3. VM adds graphics pages to the swap cache, and writes them out, and
   we see the writeout from the vmstat, and lots of adds/removes from
   the swap cache.
4. But, despite all the swap writeout, we don't get helped by seeing
   much memory get freed.  Why?

I _suspect_ that the graphics drivers here are holding a reference to
the page.  During reclaim, we're mostly concerned with the pages being
mapped.  If we manage to get them unmapped, we'll go ahead and swap
them, which I _think_ is what we're seeing.  But, when it comes time to
_actually_ free them, that last reference on the page keeps them from
being freed.

Is it possible that there's still a get_page() reference that's holding
those pages in place from the graphics code?
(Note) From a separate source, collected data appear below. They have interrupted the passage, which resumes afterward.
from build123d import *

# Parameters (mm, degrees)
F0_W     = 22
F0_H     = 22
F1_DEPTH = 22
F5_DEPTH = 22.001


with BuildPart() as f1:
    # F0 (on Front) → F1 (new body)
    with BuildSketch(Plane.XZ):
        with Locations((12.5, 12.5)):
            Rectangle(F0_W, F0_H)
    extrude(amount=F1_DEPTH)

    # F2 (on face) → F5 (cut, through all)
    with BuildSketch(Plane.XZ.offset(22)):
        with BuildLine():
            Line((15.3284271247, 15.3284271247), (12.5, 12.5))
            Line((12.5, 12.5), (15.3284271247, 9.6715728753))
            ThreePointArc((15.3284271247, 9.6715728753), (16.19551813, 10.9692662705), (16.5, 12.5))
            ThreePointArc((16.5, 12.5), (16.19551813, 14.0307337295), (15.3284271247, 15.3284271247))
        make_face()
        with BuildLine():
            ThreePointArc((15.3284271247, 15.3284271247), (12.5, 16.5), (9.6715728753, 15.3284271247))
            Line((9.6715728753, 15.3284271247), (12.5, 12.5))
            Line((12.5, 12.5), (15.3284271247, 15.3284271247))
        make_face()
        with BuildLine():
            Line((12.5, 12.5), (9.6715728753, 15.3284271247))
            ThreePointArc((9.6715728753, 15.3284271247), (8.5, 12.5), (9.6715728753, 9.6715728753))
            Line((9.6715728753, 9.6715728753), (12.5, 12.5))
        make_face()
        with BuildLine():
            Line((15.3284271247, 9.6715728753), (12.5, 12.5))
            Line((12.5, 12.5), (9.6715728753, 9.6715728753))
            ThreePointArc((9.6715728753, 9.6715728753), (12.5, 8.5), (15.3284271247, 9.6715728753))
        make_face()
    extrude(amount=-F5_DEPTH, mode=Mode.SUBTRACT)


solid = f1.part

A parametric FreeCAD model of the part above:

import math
import FreeCAD as App
import Part
import Sketcher

V = App.Vector
Q = App.Units.Quantity


def add_polygon(sketch, points):
    """Adds a closed chain of lines whose ends are joined by coincident constraints."""
    first, n = sketch.GeometryCount, len(points)
    for a, b in zip(points, points[1:] + points[:1]):
        sketch.addGeometry(Part.LineSegment(App.Vector(*a, 0), App.Vector(*b, 0)), False)
    for i in range(n):
        sketch.addConstraint(Sketcher.Constraint("Coincident", first + i, 2, first + (i + 1) % n, 1))

doc = App.newDocument("Part")
body = doc.addObject("PartDesign::Body", "Body")

sketch1 = body.newObject("Sketcher::SketchObject", "Sketch")
sketch1.AttachmentSupport = (doc.getObject("XZ_Plane"), [""])
sketch1.MapMode = "FlatFace"
add_polygon(sketch1, [(1.5, 23.5), (1.5, 1.5), (23.5, 1.5), (23.5, 23.5)])
sketch1.addConstraint([
    Sketcher.Constraint("Vertical", 0),
    Sketcher.Constraint("Horizontal", 1),
    Sketcher.Constraint("Vertical", 2),
    Sketcher.Constraint("Horizontal", 3),
    Sketcher.Constraint("Equal", 3, 0),
    Sketcher.Constraint("DistanceX", 1, 1, 1, 2, Q("22 mm")),
    Sketcher.Constraint("DistanceX", -1, 1, 0, 2, Q("1.5 mm")),
    Sketcher.Constraint("DistanceY", -1, 1, 0, 2, Q("1.5 mm")),
])
pad1 = body.newObject("PartDesign::Pad", "Pad")
pad1.Profile = sketch1
pad1.Length = 22

sketch2 = body.newObject("Sketcher::SketchObject", "Sketch001")
sketch2.AttachmentSupport = (doc.getObject("XZ_Plane"), [""])
sketch2.MapMode = "FlatFace"
sketch2.AttachmentOffset = App.Placement(V(0, 0, 22), App.Rotation())
sketch2.addGeometry([
    Part.ArcOfCircle(Part.Circle(V(12.5, 12.5, 0), V(0, 0, 1), 4), math.radians(-45), math.radians(0)),
    Part.ArcOfCircle(Part.Circle(V(12.5, 12.5, 0), V(0, 0, 1), 4), math.radians(0), math.radians(45)),
    Part.ArcOfCircle(Part.Circle(V(12.5, 12.5, 0), V(0, 0, 1), 4), math.radians(45), math.radians(135)),
    Part.ArcOfCircle(Part.Circle(V(12.5, 12.5, 0), V(0, 0, 1), 4), math.radians(135), math.radians(225)),
    Part.ArcOfCircle(Part.Circle(V(12.5, 12.5, 0), V(0, 0, 1), 4), math.radians(-135), math.radians(-45)),
], False)
sketch2.addConstraint([
    Sketcher.Constraint("Tangent", 0, 2, 1, 1),
    Sketcher.Constraint("Tangent", 1, 2, 2, 1),
    Sketcher.Constraint("Tangent", 2, 2, 3, 1),
    Sketcher.Constraint("Tangent", 3, 2, 4, 1),
    Sketcher.Constraint("Tangent", 4, 2, 0, 1),
    Sketcher.Constraint("Coincident", 2, 3, 0, 3),
    Sketcher.Constraint("Horizontal", 4, 3, 0, 2),
    Sketcher.Constraint("Horizontal", 1, 2, 2, 2),
    Sketcher.Constraint("Horizontal", 3, 2, 4, 2),
    Sketcher.Constraint("Vertical", 2, 2, 3, 2),
    Sketcher.Constraint("Radius", 0, Q("4 mm")),
    Sketcher.Constraint("DistanceX", -1, 1, 0, 3, Q("12.5 mm")),
    Sketcher.Constraint("DistanceY", -1, 1, 0, 3, Q("12.5 mm")),
    Sketcher.Constraint("DistanceX", -1, 1, 1, 2, Q("15.328427 mm")),
])
pocket1 = body.newObject("PartDesign::Pocket", "Pocket")
pocket1.Profile = sketch2
pocket1.Type = "ThroughAll"

doc.recompute()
>> Also, the vmstat output from the bug:
>>
>>> https://bugs.freedesktop.org/show_bug.cgi?id=72742
>>
>> shows there being an *AWFUL* lot of swap I/O going on here.  From the
>> looks of it, we stuck ~2GB in swap and evicted another 1.5GB of page
>> cache (although I guess that could be double-counting tmpfs getting
>> swapped out too).  Hmmm, was this one of the cases where you actually
>> ran _out_ of swap?
> 
> Yes. This bug is a little odd because they always run out of swap. We
> have another category of bug (which appears to be fixed, touch wood)
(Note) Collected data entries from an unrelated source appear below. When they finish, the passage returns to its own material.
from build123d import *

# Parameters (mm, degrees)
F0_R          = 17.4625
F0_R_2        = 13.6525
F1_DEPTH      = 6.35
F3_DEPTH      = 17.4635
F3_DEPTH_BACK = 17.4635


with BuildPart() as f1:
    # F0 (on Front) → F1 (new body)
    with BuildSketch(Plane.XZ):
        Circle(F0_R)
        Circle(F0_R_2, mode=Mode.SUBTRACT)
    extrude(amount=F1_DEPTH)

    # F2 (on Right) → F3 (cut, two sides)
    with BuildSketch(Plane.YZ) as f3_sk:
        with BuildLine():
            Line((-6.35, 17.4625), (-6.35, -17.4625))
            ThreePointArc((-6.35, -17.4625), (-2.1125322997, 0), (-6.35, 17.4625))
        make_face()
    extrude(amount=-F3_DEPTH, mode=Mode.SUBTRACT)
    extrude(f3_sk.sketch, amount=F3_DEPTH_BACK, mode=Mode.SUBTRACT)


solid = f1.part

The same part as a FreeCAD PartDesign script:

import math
import FreeCAD as App
import Part
import Sketcher
Q = App.Units.Quantity

doc = App.newDocument("Part")
body = doc.addObject("PartDesign::Body", "Body")

sketch1 = doc.addObject("Sketcher::SketchObject", "Sketch")
body.addObject(sketch1)
sketch1.AttachmentSupport = (doc.XZ_Plane, [""])
sketch1.MapMode = "FlatFace"
sketch1.addGeometry([
    Part.Circle(App.Vector(0, 0, 0), App.Vector(0, 0, 1), 17.4625),
    Part.Circle(App.Vector(0, 0, 0), App.Vector(0, 0, 1), 13.6525),
], False)
sketch1.addConstraint([
    Sketcher.Constraint("Coincident", 0, 3, -1, 1),
    Sketcher.Constraint("Coincident", 1, 3, -1, 1),
    Sketcher.Constraint("Diameter", 0, Q("1.375 in")),
    Sketcher.Constraint("Diameter", 1, Q("1.075 in")),
])
pad1 = doc.addObject("PartDesign::Pad", "Pad")
body.addObject(pad1)
pad1.Profile = sketch1
pad1.Length = Q("0.25 in")

sketch2 = doc.addObject("Sketcher::SketchObject", "Sketch001")
body.addObject(sketch2)
sketch2.AttachmentSupport = (doc.YZ_Plane, [""])
sketch2.MapMode = "FlatFace"
sketch2.addGeometry([
    Part.LineSegment(App.Vector(-6.35, 17.4625, 0), App.Vector(-6.35, -17.4625, 0)),
    Part.ArcOfCircle(Part.Circle(App.Vector(-40.212532, 0, 0), App.Vector(0, 0, 1), 38.1), math.radians(-27.279613), math.radians(27.279613)),
], False)
sketch2.addConstraint([
    Sketcher.Constraint("Coincident", 0, 1, 1, 2),
    Sketcher.Constraint("Coincident", 1, 1, 0, 2),
    Sketcher.Constraint("Vertical", 0),
    Sketcher.Constraint("PointOnObject", 1, 3, -1),
    Sketcher.Constraint("Radius", 1, Q("1.5 in")),
    Sketcher.Constraint("DistanceY", 0, 2, 0, 1, Q("1.375 in")),
    Sketcher.Constraint("DistanceX", 0, 1, -1, 1, Q("0.25 in")),
])
pocket1 = doc.addObject("PartDesign::Pocket", "Pocket")
body.addObject(pocket1)
pocket1.Profile = sketch2
pocket1.Type = "ThroughAll"
pocket1.Midplane = True

doc.recompute()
> where we trigger oom without even touching swap. The test case is
> designed to only just swap (use at most 1/4 of the available swap space)
> and checks that its working set should fit into available memory + swap.
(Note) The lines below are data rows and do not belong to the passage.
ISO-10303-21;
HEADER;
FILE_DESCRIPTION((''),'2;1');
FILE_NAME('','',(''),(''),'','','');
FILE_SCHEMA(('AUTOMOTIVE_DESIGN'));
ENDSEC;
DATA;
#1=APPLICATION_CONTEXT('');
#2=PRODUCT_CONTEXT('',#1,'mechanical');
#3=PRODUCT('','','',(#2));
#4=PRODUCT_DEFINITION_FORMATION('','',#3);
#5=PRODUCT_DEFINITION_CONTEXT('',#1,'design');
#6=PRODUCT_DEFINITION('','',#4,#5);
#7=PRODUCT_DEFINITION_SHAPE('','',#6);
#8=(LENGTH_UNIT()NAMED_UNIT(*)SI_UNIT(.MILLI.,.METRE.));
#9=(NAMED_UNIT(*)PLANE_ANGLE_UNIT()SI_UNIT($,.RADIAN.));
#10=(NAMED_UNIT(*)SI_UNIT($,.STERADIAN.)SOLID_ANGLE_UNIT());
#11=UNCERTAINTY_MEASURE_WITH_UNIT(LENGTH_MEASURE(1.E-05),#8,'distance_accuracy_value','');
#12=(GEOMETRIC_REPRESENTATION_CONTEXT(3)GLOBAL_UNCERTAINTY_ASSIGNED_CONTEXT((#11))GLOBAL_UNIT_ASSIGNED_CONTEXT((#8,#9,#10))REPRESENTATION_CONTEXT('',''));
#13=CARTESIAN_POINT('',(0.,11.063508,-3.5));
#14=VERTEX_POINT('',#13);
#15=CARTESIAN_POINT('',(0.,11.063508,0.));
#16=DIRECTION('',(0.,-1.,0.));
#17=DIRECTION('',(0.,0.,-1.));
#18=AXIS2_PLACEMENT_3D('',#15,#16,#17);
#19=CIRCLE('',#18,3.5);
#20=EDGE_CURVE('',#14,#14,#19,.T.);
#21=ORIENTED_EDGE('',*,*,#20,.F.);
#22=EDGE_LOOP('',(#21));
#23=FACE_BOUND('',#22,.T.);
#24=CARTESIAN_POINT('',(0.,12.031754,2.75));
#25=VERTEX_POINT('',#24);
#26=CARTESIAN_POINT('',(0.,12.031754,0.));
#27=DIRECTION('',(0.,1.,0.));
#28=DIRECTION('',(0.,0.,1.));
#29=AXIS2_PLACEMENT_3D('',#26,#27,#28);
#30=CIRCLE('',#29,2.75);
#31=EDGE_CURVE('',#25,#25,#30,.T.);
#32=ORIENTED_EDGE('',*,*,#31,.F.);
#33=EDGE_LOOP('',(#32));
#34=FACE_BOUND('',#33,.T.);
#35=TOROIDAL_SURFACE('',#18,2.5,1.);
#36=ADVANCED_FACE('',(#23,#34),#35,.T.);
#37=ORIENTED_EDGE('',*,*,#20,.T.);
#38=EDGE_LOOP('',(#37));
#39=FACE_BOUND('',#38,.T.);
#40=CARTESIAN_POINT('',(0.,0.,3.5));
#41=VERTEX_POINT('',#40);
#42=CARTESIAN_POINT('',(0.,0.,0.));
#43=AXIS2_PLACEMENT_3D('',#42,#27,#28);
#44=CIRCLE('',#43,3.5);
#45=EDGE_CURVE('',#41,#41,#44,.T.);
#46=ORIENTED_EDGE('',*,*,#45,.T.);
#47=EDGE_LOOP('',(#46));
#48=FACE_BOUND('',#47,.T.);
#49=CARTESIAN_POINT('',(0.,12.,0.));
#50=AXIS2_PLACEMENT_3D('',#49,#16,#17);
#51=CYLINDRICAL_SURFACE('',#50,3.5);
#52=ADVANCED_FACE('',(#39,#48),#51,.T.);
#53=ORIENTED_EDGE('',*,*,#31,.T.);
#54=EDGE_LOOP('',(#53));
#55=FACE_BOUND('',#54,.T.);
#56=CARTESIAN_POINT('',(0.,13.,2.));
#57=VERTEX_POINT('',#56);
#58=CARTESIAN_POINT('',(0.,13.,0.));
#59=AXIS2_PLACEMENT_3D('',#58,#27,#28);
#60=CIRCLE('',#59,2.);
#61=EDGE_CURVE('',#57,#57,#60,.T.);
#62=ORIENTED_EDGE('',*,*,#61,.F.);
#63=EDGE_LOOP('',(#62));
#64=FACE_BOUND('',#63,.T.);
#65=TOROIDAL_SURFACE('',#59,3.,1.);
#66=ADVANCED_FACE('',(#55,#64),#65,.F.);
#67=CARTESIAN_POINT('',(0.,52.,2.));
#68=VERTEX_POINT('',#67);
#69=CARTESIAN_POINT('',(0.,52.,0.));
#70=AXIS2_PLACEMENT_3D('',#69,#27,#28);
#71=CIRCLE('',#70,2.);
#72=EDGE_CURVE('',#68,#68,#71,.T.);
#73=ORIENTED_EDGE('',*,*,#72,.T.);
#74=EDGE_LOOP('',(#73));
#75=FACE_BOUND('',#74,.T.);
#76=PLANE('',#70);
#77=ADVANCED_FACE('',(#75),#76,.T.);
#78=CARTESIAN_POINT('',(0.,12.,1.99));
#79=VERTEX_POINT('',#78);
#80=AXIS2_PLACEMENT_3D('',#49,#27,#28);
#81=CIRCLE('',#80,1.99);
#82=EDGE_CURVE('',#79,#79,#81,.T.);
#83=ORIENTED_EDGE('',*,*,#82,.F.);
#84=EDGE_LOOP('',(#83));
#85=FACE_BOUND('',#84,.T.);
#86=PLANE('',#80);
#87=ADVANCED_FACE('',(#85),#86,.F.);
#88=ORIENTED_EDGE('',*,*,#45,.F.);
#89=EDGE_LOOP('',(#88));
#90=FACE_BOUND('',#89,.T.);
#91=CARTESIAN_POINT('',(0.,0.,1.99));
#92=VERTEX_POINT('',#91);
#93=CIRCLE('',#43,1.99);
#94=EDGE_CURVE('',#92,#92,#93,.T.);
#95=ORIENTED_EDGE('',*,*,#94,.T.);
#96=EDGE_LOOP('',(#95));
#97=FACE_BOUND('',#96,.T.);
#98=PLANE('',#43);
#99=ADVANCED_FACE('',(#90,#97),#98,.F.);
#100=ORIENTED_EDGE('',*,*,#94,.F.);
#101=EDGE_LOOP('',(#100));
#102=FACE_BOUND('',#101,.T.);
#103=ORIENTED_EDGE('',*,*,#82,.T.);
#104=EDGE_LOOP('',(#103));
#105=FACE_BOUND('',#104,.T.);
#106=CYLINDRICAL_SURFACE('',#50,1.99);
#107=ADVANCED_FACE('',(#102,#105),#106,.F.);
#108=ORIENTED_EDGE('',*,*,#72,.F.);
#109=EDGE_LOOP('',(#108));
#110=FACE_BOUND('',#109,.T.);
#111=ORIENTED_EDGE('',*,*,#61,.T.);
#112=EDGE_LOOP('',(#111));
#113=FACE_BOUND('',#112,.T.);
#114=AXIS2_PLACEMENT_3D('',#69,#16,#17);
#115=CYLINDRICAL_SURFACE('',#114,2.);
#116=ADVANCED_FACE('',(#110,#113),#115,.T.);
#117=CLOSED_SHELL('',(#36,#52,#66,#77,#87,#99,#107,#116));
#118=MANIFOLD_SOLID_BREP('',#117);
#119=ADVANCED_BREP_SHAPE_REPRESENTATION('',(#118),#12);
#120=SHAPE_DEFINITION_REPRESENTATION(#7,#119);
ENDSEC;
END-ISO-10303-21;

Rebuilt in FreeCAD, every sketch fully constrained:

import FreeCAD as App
import Part
import Sketcher
from FreeCAD import Vector


def edges_at(feature, points):
    """Names of the edges that pass closest to the given points."""
    edges = feature.Shape.Edges
    near = lambda p: min(range(len(edges)), key=lambda i: edges[i].distToShape(Part.Vertex(*p))[0])
    return sorted({f"Edge{near(p) + 1}" for p in points})

doc = App.newDocument("Part")
params = doc.addObject("Spreadsheet::Sheet", "Params")
for row, (alias, value) in enumerate([
    ("sketch1_diameter", "7 mm"),
    ("sketch1_diameter2", "3.98 mm"),
    ("pad1_length", "12 mm"),
    ("sketch2_diameter", "4 mm"),
    ("pad2_length", "40 mm"),
    ("fillet_radius", "1 mm"),
    ("fillet2_radius", "1 mm"),
], start=1):
    params.set(f"A{row}", alias)
    params.set(f"B{row}", "=" + value)
    params.setAlias(f"B{row}", alias)

body = doc.addObject("PartDesign::Body", "Body")

sketch1 = body.newObject("Sketcher::SketchObject", "Sketch")
sketch1.AttachmentSupport = (doc.getObject("XZ_Plane"), [""])
sketch1.MapMode = "FlatFace"
sketch1.addGeometry([
    Part.Circle(Vector(0, 0, 0), Vector(0, 0, 1), 3.5),
    Part.Circle(Vector(0, 0, 0), Vector(0, 0, 1), 2),
], False)
sketch1.addConstraint([
    Sketcher.Constraint("Coincident", 0, 3, -1, 1),
    Sketcher.Constraint("Coincident", 1, 3, -1, 1),
    Sketcher.Constraint("Diameter", 0, 7.0),
    Sketcher.Constraint("Diameter", 1, 3.98),
])
sketch1.setExpression("Constraints[2]", "Params.sketch1_diameter")
sketch1.setExpression("Constraints[3]", "Params.sketch1_diameter2")
pad1 = body.newObject("PartDesign::Pad", "Pad")
pad1.Profile = sketch1
pad1.setExpression("Length", "Params.pad1_length")
pad1.Reversed = True

sketch2 = body.newObject("Sketcher::SketchObject", "Sketch001")
sketch2.AttachmentSupport = (doc.getObject("XZ_Plane"), [""])
sketch2.MapMode = "FlatFace"
sketch2.AttachmentOffset = App.Placement(Vector(0, 0, -12), App.Rotation())
sketch2.addGeometry(Part.Circle(Vector(0, 0, 0), Vector(0, 0, 1), 2), False)
sketch2.addConstraint([
    Sketcher.Constraint("Coincident", 0, 3, -1, 1),
    Sketcher.Constraint("Diameter", 0, 4.0),
])
sketch2.setExpression("Constraints[1]", "Params.sketch2_diameter")
pad2 = body.newObject("PartDesign::Pad", "Pad001")
pad2.Profile = sketch2
pad2.setExpression("Length", "Params.pad2_length")
pad2.Reversed = True
doc.recompute()

fillet = body.newObject("PartDesign::Fillet", "Fillet")
fillet.Base = (pad2, edges_at(pad2, [(0, 12, -2)]))
fillet.setExpression("Radius", "Params.fillet_radius")
doc.recompute()

fillet2 = body.newObject("PartDesign::Fillet", "Fillet001")
fillet2.Base = (fillet, edges_at(fillet, [(0, 12, -3.5)]))
fillet2.setExpression("Radius", "Params.fillet2_radius")

doc.recompute()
> However, when QA run the test, their systems run completely out of
> virtual memory. There is a discrepancy on their machines where
> anon_inactive is reported as being 2x shmem, but we only expect
> anon_inactive to be our own shmem allocations. I don't know how to track
> what else is using anon_inactive. Suggestions?

Let's tackle one bug at a time.  They might be the same thing.